Calgary Chamber of Commerce CEO and president Deborah Yedlin speaks with Alberta Primetime host Michael Higgins about how Canada could limit the impact of U.S. tariffs and strengthen the economy.
This interview has been edited for clarity and length
Michael Higgins: What makes this the inflection point, which, coincidentally is the name of your document?
Deborah Yedlin: The inflection point really is where we’re at, from an economic standpoint, in this country as a result of what President Trump wants to impose on Canada’s steel exports, aluminum exports, energy exports.
What we’re talking about is, how do we look inward to strengthen the infrastructure, to eliminate interprovincial trade barriers, to make sure that we’re competitive from a tax standpoint, while also looking to strengthen our ties with other markets? Because that’s clearly what we need to do.
MH: Why do you feel it’s taken the chaos and uncertainty triggered by the Trump tariff threats to motivate a conversation like this?
DY: This has been a conversation for as long as I can remember. In fact, if you read Peter Lougheed speeches from the 1970s, he talked about how we needed to diversify our economy, so this is something we’ve talked about. We’ve nibbled around the edges, but now this is something that has really come to the forefront because of our reliance on the U.S. as an export market. We really need to change that paradigm.
It has obviously caused a lot of different conversations to start happening, but these conversations should have happened, I would argue, 20 years ago.
MH: Are there made-in-Alberta solutions that could be applied here? What’s the road map your chamber is putting forward?
DY: What we’re talking about is everything from decreasing the red tape and regulatory burden to increasing the interprovincial trade. We are talking about how we need to support entrepreneurs and innovators to be able to grow their companies and their ideas in Canada, talking about building strong communities, which means investing in infrastructure. We want to strengthen the talent in the workforce that we have, and that means investing in education.
MH: What does the business community need to better thrive, better survive, and be successful in that kind of environment?
DY: We need our business community to have access to labour, access to capital, to have a competitive tax rate, to be able to expand as they can within the markets that they’re serving, and we need that regulatory burden and the red tape to be eliminated.
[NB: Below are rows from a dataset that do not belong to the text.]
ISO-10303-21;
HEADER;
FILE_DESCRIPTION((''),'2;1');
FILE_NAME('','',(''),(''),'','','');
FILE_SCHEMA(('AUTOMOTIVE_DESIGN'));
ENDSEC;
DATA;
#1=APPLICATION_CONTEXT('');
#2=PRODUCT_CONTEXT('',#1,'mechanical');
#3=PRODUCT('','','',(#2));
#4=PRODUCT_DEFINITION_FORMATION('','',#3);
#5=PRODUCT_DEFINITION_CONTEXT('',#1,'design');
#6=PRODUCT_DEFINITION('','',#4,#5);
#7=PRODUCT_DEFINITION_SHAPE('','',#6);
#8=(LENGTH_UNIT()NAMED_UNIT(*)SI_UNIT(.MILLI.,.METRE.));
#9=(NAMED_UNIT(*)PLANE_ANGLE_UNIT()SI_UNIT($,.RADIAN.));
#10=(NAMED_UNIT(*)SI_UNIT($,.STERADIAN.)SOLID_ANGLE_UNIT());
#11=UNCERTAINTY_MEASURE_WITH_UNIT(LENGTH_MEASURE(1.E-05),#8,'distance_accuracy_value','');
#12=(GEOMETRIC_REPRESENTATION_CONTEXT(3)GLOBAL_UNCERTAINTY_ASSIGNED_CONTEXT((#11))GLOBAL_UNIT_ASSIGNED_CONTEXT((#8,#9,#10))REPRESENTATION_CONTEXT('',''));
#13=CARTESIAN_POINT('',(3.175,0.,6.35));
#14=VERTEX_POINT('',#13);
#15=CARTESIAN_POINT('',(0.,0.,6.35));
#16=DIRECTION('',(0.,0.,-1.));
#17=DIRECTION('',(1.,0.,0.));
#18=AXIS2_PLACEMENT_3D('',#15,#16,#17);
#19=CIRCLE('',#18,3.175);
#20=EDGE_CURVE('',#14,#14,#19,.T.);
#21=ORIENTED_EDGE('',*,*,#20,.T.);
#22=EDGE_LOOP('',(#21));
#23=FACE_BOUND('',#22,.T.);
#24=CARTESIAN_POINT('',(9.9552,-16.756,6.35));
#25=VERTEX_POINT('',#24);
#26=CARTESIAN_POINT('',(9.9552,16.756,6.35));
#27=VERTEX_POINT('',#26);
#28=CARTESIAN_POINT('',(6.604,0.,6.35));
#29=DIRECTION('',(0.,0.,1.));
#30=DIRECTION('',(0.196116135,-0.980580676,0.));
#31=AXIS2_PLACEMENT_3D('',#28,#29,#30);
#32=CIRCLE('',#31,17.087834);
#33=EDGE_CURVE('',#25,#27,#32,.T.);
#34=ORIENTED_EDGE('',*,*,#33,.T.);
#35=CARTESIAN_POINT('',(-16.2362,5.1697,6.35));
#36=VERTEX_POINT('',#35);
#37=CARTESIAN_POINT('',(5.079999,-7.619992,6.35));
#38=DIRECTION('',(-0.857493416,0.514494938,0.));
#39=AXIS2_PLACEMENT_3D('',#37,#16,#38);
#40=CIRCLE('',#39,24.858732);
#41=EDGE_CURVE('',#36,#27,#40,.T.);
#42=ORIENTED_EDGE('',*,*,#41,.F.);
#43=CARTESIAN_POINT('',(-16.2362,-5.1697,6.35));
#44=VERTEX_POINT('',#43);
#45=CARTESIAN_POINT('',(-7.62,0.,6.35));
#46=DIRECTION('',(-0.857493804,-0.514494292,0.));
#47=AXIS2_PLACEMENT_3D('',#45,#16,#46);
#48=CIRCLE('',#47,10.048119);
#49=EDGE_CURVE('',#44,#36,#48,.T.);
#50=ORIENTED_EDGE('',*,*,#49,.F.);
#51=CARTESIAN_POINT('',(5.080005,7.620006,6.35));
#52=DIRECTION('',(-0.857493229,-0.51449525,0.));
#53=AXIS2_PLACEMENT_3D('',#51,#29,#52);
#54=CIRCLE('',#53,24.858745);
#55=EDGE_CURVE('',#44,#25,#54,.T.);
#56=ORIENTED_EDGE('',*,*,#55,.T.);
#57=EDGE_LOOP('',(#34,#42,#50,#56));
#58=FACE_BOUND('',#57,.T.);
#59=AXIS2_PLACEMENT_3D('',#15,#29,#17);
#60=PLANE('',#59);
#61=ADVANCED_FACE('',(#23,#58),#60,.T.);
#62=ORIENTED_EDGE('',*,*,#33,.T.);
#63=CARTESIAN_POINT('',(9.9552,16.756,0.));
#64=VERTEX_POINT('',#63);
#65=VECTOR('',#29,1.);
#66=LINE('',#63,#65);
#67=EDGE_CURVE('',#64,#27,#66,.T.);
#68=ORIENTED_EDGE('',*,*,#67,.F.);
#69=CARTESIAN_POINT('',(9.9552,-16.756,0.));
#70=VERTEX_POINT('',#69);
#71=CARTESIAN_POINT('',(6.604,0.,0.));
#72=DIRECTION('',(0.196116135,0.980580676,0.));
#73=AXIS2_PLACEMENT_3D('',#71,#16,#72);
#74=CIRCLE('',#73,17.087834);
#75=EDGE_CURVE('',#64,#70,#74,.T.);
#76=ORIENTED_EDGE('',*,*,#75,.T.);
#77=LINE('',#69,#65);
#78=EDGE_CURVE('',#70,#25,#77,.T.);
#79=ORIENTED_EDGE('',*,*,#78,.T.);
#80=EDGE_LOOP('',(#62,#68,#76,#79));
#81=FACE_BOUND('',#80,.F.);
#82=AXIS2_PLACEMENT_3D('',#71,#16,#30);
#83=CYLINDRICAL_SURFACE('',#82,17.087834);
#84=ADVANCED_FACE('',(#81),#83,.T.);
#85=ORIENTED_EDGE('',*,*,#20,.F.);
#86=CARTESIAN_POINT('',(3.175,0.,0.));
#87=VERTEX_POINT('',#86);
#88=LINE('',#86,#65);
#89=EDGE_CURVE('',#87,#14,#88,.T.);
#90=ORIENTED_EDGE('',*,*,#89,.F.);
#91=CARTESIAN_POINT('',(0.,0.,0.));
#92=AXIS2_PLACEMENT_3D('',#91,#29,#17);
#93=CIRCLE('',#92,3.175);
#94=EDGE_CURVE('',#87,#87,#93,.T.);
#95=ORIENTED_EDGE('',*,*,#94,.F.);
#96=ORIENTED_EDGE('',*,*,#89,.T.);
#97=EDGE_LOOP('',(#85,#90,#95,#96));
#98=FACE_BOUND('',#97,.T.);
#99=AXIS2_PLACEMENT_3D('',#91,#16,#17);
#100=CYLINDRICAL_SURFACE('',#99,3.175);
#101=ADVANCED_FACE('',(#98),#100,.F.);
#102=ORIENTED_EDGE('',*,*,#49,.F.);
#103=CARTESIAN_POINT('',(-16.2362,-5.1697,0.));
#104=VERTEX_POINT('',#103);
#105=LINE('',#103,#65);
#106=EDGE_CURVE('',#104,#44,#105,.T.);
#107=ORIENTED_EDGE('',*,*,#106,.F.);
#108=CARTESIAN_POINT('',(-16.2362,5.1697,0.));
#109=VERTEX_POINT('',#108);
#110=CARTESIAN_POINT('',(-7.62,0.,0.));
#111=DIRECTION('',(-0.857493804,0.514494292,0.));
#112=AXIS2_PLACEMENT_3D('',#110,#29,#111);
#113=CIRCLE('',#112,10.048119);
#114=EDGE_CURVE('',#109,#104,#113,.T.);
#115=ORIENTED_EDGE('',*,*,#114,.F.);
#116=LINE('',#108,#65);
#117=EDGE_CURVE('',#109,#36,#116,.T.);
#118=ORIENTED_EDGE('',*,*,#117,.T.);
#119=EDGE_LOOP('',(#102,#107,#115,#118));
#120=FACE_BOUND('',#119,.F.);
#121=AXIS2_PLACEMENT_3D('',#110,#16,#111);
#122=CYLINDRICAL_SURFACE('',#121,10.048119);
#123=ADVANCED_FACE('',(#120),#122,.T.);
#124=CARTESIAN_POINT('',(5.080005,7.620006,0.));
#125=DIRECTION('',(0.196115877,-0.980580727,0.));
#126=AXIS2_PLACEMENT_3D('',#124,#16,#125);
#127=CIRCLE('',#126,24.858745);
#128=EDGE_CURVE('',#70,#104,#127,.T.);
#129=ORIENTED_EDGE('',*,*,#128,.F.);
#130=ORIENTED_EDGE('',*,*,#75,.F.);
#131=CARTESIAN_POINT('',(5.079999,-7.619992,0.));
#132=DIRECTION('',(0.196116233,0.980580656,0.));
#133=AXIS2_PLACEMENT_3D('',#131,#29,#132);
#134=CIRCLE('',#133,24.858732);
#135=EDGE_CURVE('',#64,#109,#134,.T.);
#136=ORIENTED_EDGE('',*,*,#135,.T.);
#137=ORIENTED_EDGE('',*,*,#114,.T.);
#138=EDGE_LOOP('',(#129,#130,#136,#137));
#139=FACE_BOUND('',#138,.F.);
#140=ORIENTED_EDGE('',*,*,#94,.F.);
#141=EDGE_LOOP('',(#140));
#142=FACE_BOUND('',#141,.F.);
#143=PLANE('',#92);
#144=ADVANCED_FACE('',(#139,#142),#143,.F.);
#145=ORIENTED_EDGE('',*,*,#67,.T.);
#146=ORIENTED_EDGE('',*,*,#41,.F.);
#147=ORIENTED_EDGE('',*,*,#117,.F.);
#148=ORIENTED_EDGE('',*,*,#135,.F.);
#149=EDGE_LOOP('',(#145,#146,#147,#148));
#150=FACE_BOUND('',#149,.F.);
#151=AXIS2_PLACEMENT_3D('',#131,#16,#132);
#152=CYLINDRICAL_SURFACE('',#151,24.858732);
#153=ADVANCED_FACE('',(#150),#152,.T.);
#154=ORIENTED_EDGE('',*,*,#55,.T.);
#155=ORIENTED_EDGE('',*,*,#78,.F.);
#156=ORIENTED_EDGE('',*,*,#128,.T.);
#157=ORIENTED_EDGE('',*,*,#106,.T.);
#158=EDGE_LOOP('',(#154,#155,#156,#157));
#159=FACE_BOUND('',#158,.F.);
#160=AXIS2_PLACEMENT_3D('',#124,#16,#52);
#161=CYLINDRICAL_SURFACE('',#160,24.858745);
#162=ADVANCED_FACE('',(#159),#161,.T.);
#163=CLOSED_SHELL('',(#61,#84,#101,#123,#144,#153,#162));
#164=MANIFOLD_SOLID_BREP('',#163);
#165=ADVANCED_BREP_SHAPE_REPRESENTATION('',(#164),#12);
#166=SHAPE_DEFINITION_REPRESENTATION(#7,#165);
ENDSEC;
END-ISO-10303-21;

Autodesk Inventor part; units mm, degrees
ref_plane "YZ Plane" through (0, 0, 0) normal (1, 0, 0) x (0, 1, 0)
ref_plane "XY Plane" through (0, 0, 0) normal (0, 0, 1) x (1, 0, 0)
sketch "Sketch6" plane through (0, 0, 0) normal (0, 0, 1) x (1, 0, 0)
  arc A0 (-16.2362, 5.1697) -> (-16.2362, -5.1697) centre (-7.62, 0) ccw
  arc A1 (9.9552, 16.756) -> (-16.2362, 5.1697) centre (5.08, -7.62) ccw
  arc A2 (9.9552, -16.756) -> (9.9552, 16.756) centre (6.604, 0) ccw
  line L0 (-27.0242, 0) -> (35.6389, 0) projected
  arc A3 (-16.2362, 5.1697) -> (-16.2362, -5.1697) centre (-7.62, 0) ccw
  arc A4 (-16.2362, -5.1697) -> (9.9552, -16.756) centre (5.08, 7.62) ccw
  arc A5 (9.9552, -16.756) -> (23.6918, 0) centre (6.604, 0) ccw
  line L1 (0, -29.2695) -> (0, 29.2695) projected
  circle A6 centre (0, 0) radius 3.175
  dimension "d11" = 7.62
  dimension "d12" = 5.08
  dimension "d13" = 6.35
  dimension "d16" = 6.604
  dimension "d17" = 7.62
extrude "Extrusion2" add sketch "Sketch6" along normal blind 6.35 contours A1 L1 A6 L0 A0 | L0 A6 L1 A4 A0 | A1 A2 L0 A6 L1 | L1 A6 L0 A2 A4
properties part number "Cam disc Polyline"
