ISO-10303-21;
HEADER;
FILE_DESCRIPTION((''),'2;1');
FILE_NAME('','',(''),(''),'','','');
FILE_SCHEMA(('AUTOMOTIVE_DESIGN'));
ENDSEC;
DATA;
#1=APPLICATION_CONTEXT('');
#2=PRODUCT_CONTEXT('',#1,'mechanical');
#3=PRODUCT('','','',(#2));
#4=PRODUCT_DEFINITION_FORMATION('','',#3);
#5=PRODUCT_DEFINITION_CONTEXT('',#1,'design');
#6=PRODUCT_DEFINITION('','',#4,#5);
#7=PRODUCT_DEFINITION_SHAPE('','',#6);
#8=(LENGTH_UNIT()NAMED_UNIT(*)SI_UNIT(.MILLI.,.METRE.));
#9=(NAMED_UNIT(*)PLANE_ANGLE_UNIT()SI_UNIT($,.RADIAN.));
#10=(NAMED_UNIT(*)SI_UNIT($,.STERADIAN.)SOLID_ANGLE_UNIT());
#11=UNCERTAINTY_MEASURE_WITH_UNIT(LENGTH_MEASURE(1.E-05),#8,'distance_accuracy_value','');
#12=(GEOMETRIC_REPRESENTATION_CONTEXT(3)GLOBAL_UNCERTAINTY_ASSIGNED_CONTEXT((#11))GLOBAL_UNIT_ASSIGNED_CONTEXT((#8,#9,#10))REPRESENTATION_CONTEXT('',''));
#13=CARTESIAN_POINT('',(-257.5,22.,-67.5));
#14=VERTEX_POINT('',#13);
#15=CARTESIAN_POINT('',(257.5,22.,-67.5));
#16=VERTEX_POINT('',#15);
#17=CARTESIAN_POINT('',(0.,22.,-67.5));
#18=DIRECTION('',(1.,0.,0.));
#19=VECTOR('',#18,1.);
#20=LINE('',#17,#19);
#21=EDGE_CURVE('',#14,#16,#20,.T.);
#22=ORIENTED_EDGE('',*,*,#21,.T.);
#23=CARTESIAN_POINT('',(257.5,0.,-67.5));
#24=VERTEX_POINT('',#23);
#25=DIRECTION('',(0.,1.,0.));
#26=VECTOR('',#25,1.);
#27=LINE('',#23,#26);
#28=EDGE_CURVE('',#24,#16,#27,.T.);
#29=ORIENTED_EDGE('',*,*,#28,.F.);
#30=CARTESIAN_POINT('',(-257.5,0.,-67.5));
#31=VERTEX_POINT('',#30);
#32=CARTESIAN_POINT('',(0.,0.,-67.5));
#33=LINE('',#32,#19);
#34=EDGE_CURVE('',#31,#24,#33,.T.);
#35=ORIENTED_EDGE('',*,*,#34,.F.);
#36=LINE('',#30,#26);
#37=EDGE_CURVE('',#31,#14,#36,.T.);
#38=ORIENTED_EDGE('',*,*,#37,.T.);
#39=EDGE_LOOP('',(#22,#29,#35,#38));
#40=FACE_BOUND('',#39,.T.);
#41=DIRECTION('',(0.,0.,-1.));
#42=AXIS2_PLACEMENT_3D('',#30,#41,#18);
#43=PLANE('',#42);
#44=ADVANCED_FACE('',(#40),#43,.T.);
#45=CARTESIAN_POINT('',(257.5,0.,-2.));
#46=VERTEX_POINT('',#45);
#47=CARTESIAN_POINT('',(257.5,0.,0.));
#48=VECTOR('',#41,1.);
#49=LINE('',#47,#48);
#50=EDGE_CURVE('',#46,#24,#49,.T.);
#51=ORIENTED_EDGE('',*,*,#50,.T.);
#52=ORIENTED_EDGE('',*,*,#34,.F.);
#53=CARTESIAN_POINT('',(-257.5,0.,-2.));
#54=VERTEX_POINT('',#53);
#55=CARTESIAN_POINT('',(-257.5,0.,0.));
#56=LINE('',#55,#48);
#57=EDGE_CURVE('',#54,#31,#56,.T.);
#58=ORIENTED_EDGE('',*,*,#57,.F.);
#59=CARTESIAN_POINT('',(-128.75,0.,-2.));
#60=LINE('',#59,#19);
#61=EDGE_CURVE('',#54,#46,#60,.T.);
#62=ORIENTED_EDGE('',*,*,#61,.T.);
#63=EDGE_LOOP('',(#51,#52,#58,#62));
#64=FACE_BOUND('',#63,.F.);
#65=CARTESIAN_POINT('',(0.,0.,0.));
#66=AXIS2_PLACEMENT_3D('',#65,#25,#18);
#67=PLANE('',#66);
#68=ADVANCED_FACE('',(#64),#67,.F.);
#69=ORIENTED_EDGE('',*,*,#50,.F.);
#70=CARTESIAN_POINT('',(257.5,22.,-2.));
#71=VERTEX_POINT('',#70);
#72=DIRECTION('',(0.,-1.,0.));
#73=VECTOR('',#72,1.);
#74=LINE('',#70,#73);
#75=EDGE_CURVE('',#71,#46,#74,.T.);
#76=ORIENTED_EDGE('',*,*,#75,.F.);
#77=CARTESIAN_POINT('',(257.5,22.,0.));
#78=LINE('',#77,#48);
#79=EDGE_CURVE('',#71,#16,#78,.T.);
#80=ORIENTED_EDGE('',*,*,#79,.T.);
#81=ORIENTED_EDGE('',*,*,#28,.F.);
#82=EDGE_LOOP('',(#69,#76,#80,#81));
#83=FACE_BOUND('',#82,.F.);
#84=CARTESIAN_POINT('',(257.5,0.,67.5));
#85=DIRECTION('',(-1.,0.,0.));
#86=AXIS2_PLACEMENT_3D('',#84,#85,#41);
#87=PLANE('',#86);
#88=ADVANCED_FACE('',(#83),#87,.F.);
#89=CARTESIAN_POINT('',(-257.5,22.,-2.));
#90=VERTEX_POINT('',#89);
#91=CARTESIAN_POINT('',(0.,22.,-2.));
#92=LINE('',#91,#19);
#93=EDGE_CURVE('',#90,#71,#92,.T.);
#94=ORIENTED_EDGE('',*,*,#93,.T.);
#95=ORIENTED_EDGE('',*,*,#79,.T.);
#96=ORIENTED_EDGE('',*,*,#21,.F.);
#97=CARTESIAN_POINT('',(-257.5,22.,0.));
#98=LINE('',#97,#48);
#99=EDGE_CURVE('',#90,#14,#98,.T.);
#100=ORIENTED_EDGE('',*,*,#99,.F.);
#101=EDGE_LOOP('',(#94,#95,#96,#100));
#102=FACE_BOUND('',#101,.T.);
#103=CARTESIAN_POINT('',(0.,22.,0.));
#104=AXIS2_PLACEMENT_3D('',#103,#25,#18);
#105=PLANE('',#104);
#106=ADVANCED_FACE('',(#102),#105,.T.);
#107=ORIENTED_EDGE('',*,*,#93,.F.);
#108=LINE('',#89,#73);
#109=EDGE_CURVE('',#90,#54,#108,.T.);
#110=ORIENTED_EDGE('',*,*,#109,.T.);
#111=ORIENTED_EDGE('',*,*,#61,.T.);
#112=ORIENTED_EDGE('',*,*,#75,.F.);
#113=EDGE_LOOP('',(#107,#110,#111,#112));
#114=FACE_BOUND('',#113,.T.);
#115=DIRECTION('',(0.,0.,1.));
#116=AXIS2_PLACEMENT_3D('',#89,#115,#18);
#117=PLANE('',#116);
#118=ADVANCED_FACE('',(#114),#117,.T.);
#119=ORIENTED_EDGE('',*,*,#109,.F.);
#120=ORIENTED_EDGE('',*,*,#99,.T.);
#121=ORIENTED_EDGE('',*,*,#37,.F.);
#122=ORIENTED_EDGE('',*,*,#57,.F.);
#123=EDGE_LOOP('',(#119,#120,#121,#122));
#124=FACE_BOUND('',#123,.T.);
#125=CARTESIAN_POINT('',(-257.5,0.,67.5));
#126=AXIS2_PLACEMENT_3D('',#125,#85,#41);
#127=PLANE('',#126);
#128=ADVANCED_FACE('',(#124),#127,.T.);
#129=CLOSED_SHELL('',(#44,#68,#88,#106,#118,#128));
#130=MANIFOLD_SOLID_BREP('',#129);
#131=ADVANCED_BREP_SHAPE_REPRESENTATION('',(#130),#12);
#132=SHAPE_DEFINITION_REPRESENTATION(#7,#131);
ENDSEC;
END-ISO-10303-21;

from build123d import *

# Parameters (mm, degrees)
SKETCH_1_W          = 515
SKETCH_1_H          = 135
EXTRUDE_1_DEPTH     = 22
SKETCH_2_W          = 515
SKETCH_2_H          = 69.5
CUT_EXTRUDE_1_DEPTH = 23


with BuildPart() as part:
    # Эскиз1 → Бобышка-Вытянуть1 (new body)
    with BuildSketch(Plane(origin=(0, 0, 0), x_dir=(1, 0, 0), z_dir=(0, 1, 0))):
        Rectangle(SKETCH_1_W, SKETCH_1_H)
    extrude(amount=EXTRUDE_1_DEPTH)

    # Эскиз2 → Вырез-Вытянуть1 (cut, through all)
    with BuildSketch(Plane(origin=(0, 22, 0), x_dir=(1, 0, 0), z_dir=(0, 1, 0))):
        with Locations((0, -32.75)):
            Rectangle(SKETCH_2_W, SKETCH_2_H)
    extrude(amount=-CUT_EXTRUDE_1_DEPTH, mode=Mode.SUBTRACT)


solid = part.part
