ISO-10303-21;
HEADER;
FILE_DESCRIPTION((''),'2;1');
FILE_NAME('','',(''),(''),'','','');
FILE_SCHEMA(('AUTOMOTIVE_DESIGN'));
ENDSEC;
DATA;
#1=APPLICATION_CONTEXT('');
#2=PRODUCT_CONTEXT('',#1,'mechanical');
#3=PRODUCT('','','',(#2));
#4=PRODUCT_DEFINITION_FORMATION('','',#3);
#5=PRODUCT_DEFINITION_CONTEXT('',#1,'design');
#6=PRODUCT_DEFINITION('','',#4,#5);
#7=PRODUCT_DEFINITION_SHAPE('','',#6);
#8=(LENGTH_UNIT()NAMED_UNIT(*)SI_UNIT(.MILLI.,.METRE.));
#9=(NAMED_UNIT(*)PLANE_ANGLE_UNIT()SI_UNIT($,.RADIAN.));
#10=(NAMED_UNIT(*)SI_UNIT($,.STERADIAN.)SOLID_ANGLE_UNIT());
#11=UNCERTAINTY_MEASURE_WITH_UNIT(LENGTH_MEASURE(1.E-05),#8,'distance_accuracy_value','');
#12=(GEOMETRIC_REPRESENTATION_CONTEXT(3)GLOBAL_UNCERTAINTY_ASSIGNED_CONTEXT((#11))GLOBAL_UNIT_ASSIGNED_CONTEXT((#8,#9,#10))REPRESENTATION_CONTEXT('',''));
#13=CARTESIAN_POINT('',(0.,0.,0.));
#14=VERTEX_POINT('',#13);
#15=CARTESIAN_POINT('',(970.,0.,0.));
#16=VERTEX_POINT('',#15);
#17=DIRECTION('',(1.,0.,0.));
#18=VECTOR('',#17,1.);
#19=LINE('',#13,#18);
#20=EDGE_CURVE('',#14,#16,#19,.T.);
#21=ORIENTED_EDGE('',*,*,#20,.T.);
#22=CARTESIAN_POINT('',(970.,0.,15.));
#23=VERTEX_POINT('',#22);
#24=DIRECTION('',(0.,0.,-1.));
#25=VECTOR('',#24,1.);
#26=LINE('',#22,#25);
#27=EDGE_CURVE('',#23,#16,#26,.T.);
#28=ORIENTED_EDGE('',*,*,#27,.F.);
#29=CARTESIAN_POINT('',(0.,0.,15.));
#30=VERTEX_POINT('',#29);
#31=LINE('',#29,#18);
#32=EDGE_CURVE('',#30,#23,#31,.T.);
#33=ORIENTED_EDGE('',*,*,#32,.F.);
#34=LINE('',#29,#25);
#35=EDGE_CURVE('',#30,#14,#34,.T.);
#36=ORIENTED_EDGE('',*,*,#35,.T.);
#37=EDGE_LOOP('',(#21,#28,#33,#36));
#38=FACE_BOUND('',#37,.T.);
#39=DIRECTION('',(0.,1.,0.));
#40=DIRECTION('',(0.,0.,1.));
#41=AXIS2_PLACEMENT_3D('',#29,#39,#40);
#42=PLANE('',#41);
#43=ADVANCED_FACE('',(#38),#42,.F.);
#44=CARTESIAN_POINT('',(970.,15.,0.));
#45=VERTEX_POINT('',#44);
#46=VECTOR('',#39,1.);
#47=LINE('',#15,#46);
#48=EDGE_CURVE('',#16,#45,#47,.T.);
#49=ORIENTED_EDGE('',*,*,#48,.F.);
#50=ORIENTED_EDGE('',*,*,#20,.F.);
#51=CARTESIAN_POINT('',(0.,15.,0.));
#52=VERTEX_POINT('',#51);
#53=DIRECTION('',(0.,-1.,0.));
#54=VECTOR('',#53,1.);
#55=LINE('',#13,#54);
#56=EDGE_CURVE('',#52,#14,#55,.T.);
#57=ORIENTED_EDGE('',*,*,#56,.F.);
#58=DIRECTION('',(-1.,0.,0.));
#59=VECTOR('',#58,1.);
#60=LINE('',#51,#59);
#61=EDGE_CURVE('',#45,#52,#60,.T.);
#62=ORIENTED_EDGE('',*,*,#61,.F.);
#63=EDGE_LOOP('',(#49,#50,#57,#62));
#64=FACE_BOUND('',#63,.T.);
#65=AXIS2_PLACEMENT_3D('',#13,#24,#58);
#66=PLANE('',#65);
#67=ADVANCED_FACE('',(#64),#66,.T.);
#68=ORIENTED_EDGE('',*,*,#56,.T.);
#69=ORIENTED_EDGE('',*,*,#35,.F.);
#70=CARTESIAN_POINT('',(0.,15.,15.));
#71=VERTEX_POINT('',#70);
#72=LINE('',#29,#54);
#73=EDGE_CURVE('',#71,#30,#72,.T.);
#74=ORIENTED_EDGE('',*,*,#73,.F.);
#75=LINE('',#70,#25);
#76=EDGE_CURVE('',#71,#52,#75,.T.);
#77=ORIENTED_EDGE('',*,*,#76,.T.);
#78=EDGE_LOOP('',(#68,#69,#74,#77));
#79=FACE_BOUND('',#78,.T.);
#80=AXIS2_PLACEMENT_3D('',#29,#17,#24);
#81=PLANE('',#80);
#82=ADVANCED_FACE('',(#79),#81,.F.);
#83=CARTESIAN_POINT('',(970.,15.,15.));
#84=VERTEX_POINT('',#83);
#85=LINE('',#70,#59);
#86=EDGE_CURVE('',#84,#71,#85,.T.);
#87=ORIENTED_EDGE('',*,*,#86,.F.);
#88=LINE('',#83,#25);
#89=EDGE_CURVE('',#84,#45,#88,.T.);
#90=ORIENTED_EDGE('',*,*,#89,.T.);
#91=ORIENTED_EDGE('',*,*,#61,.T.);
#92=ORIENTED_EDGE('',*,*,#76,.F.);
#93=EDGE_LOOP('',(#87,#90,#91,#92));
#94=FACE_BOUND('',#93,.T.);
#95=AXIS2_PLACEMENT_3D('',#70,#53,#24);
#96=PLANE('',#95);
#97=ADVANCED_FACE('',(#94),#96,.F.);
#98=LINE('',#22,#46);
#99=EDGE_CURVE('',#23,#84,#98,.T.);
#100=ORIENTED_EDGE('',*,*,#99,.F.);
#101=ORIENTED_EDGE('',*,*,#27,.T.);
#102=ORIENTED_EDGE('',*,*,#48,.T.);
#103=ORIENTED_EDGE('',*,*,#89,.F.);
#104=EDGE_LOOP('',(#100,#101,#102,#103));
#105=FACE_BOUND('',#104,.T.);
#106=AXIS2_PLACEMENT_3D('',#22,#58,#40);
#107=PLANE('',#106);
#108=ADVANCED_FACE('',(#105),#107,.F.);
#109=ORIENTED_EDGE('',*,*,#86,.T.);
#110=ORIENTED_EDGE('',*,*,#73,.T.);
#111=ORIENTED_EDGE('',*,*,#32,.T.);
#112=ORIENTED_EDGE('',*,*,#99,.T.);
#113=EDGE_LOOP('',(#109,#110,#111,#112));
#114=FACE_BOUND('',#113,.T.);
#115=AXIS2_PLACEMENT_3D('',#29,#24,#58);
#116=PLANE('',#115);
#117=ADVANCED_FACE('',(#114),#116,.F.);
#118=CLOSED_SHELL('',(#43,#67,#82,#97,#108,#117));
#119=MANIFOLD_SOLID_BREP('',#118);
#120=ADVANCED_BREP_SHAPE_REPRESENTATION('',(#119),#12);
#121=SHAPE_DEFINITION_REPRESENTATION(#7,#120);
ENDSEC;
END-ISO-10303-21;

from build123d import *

# Parameters (mm, degrees)
SKETCH1_W           = 97
SKETCH1_H           = 1.5
BOSS_EXTRUDE1_DEPTH = 1.5
SCALE1_SCALE        = 10


with BuildPart() as part:
    # Sketch1 → Boss-Extrude1 (new body)
    with BuildSketch(Plane.XY):
        with Locations((48.5, 0.75)):
            Rectangle(SKETCH1_W, SKETCH1_H)
    extrude(amount=BOSS_EXTRUDE1_DEPTH)


with BuildPart() as part_1:
    # Scale1: scaled about (0, 0, 0)
    add(part.part.scale(SCALE1_SCALE))


solid = part_1.part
When you think about the fact that you can’t access certain professionals from across the country because of the accreditation challenges, when you think about the interprovincial trade barriers that exist and make it hard for you to import wine from Ontario into Alberta, there’s so many things that we don’t help ourselves, and it’s time that we actually look inward to eliminate those barriers.
The infrastructure conversation: let’s look about trade corridors, infrastructure corridors. Let’s talk about reviving Energy East so we can get oil from west to east and not have to go to the United States. Let’s talk about diversifying markets.
We heard from the Prime Minister that there was no business case for LNG, that conversation has changed. There absolutely is a business case for LNG to Europe and to Japan and South Korea. So let’s make that happen. Let’s increase that capacity and decrease the time it takes for those projects to gain approval.
MH: How much confidence do then take from heightened talk around support for expanded east-west energy infrastructure?
DY: I think it’s great that we’re hearing the conversation. There are many people, myself included, who wrote about it for a long time and we bear the scars of the conversations and the fact that the project didn’t go forward.
Obviously it’ll need to be structured differently. TC Energy has pretty much said this is not something that they’re looking at this point. So what does that look like going forward? Does the government have to get involved? How do we make sure that it’s de-risked, for both the proponent and for the producers, to fill that pipeline, so the long cycle capital can be risked? Those are questions that we still need answered before anything like that can go forward.
MH: Let’s say roadblocks are removed. There is a heightened push into interprovincial trade. What degree then do you see businesses abandoning trade into the U.S. marketplace?
DY: If we can increase our ability to trade amongst ourselves and to expand to other markets, then it’s the U.S. consumer, and it’s the U.S. market that will suffer because they will not have access to our goods that we have been supplying them.
Arguably, if you’re buying our goods at the Canadian dollar price, you’re getting a good deal to begin with and so this could cause their terms of trade to go up, and obviously has the potential to be inflationary, which is the last thing any of us want.
MH: How much interaction do you have with Chambers of Commerce south of the border? What are your counterparts down there saying about this whole situation?
DY: They’re very concerned about what this could mean for the for the U.S. economy because chambers are local, and what consumers will feel as a result of tariffs on the products.
Right now, it looks like we’ll have a 10-per cent tariff on oil. Well every time you go and fill up your car it’s going to be more expensive, and you’ll have that reminder every week. I don’t think that’s going to go over well.
Of course, that means that the more you spend on items, the less there is disposable to spend on other things in the economy, broadly speaking. So think of all those restaurants, those retailers, those organizations, those businesses, that will be impacted by a higher cost structure, which takes a bite out of the consumer’s wallet.